In an exclusive interview with the Fredericksburg Advance, Cuadrado said that on Tuesday he went to early voting.

A self-described “staunch Democrat,” Cuadrado says he arrived at the polling place, got out of his car, and began moving toward the booth for the Democratic Committee to secure a sample ballot.

He tells the Advance that “someone came up to me about 10 feet from my car with a blue sample ballot in their hands.”

He remembers getting the impression that they were from the party. So he accepted their sample ballot and went in to vote.

Once inside, he told FXBG Advance. “I have my sample ballot to the side of me, and the ballot they print out for you. As I’m marking [the real ballot], I’m [also] marking it on the sample ballot.”

Cuadrado was going to take the sample ballot back to his wife, who was planning to vote later.

“When I left, after voting,” he recalls:

the people that had given me the form were outside again and approached me with what appeared to be an exit poll type thing with only four or so names on it. I thought that they were from the Democratic Party.

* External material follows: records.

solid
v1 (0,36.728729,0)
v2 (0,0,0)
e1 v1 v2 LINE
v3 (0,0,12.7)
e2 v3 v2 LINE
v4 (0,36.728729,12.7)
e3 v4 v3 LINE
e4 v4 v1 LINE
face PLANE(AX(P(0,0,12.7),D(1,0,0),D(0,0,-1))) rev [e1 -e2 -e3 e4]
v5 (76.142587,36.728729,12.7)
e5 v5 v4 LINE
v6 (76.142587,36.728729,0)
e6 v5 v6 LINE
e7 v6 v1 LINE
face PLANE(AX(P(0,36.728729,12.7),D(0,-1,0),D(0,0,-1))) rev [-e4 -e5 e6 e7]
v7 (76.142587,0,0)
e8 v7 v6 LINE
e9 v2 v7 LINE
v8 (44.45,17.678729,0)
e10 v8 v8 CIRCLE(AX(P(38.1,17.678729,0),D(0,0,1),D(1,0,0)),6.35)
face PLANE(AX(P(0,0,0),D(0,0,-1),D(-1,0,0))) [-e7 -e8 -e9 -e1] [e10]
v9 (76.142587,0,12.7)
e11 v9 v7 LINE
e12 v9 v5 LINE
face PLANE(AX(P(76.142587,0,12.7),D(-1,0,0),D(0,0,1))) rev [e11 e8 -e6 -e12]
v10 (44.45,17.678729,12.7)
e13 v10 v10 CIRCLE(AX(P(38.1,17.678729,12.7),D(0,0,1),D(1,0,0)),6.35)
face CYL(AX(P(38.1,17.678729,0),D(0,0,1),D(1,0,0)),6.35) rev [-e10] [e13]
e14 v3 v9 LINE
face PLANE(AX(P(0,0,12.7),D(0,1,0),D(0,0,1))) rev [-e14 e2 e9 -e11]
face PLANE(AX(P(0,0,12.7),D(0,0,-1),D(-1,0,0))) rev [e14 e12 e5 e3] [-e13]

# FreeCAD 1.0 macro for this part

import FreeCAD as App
import Part
import Sketcher

V = App.Vector


def add_polygon(sketch, points):
    """Adds a closed chain of lines whose ends are joined by coincident constraints."""
    first, n = sketch.GeometryCount, len(points)
    for a, b in zip(points, points[1:] + points[:1]):
        sketch.addGeometry(Part.LineSegment(App.Vector(*a, 0), App.Vector(*b, 0)), False)
    for i in range(n):
        sketch.addConstraint(Sketcher.Constraint("Coincident", first + i, 2, first + (i + 1) % n, 1))

doc = App.newDocument("Part")
body = doc.addObject("PartDesign::Body", "Body")

# Sketch on XY plane
sketch1 = body.newObject("Sketcher::SketchObject", "Sketch")
sketch1.AttachmentSupport = (doc.getObject("XY_Plane"), [""])
sketch1.MapMode = "FlatFace"
add_polygon(sketch1, [(0, 36.728729), (0, 0), (76.142587, 0), (76.142587, 36.728729)])  # lines 0-3
sketch1.addConstraint([
    Sketcher.Constraint("Vertical", 0),
    Sketcher.Constraint("Horizontal", 1),
    Sketcher.Constraint("Vertical", 2),
    Sketcher.Constraint("Horizontal", 3),
    Sketcher.Constraint("Coincident", 0, 2, -1, 1),
    Sketcher.Constraint("DistanceY", 0, 2, 0, 1, 36.728729),
    Sketcher.Constraint("DistanceX", 1, 1, 1, 2, 76.142587),
])
pad1 = body.newObject("PartDesign::Pad", "Pad")
pad1.Profile = sketch1
pad1.Length = 12.7

# Sketch on XY plane
sketch2 = body.newObject("Sketcher::SketchObject", "Sketch001")
sketch2.AttachmentSupport = (doc.getObject("XY_Plane"), [""])
sketch2.MapMode = "FlatFace"
sketch2.AttachmentOffset = App.Placement(V(0, 0, 12.7), App.Rotation())
sketch2.addGeometry(Part.Circle(V(38.1, 17.678729, 0), V(0, 0, 1), 6.35), False)
sketch2.addConstraint([
    Sketcher.Constraint("Diameter", 0, 12.7),
    Sketcher.Constraint("DistanceX", -1, 1, 0, 3, 38.1),
    Sketcher.Constraint("DistanceY", -1, 1, 0, 3, 17.678729),
])
pocket1 = body.newObject("PartDesign::Pocket", "Pocket")
pocket1.Profile = sketch2
pocket1.Type = "ThroughAll"

doc.recompute()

Another gentleman then came over, and he had a blue ballot. The top half was the same as mine, but I noticed that the bottom half of the ballot was different.

The ballot Cuadrado took into the booth had “FVP” at the bottom. The one being presented to him post-voting bore the Spotsylvania Democratic Committee name.

That ballot also had recommendations that were different from the one he used to vote. The blue ballot he had first received listed Ignacio and Maxwell as the people to support. This new one he was presented with endorsed Roger Harris for Sheriff and Christy Jett.

Cuadrado asked the man with the sample ballot bearing the Spotsylvania Democratic Committee stamp if he knew his neighbor, a longtime Democratic activist. When he replied affirmatively, Cuadrado was concerned that he had received a misleading sample ballot.

Returning home, he approached his neighbor and showed him both sample ballots. His neighbor then confirmed Cuadrado had, indeed, been handed a misleading sample ballot.

The ballot I had when I went in [to vote] had Ignacio’s name, and I had voted for him.

We asked Cuadrado if he, as a dedicated Democrat, ever questioned the first sample ballot he was handed and that he used to guide his vote.

He told the Advance that, like many voters, he knows more-prominent names like Abigail Spanberger’s, but doesn’t know local candidates as well.

I don’t look for the names, I just know that I’m going to vote Democrat.

And for Cuadrado, a blue ballot presented to him by people he felt were Democrats was enough to convince him to take it.

Illegal?

The Advance checked with several attorneys, and none were aware of any statutes that directly forbid people from passing out misleading sample ballots.

Acors has previously said that so long as the ballots meet the Department of Elections’ criteria for size, font-type, and color, there is nothing that she or her office can do to stop it.

So for now, people misrepresenting themselves and promoting misleading information appear to be above the written law.

That’s little consolation to Cuadrado, however, who was mislead into thinking he was supporting Democrats.

I felt it was underhanded and deceptive.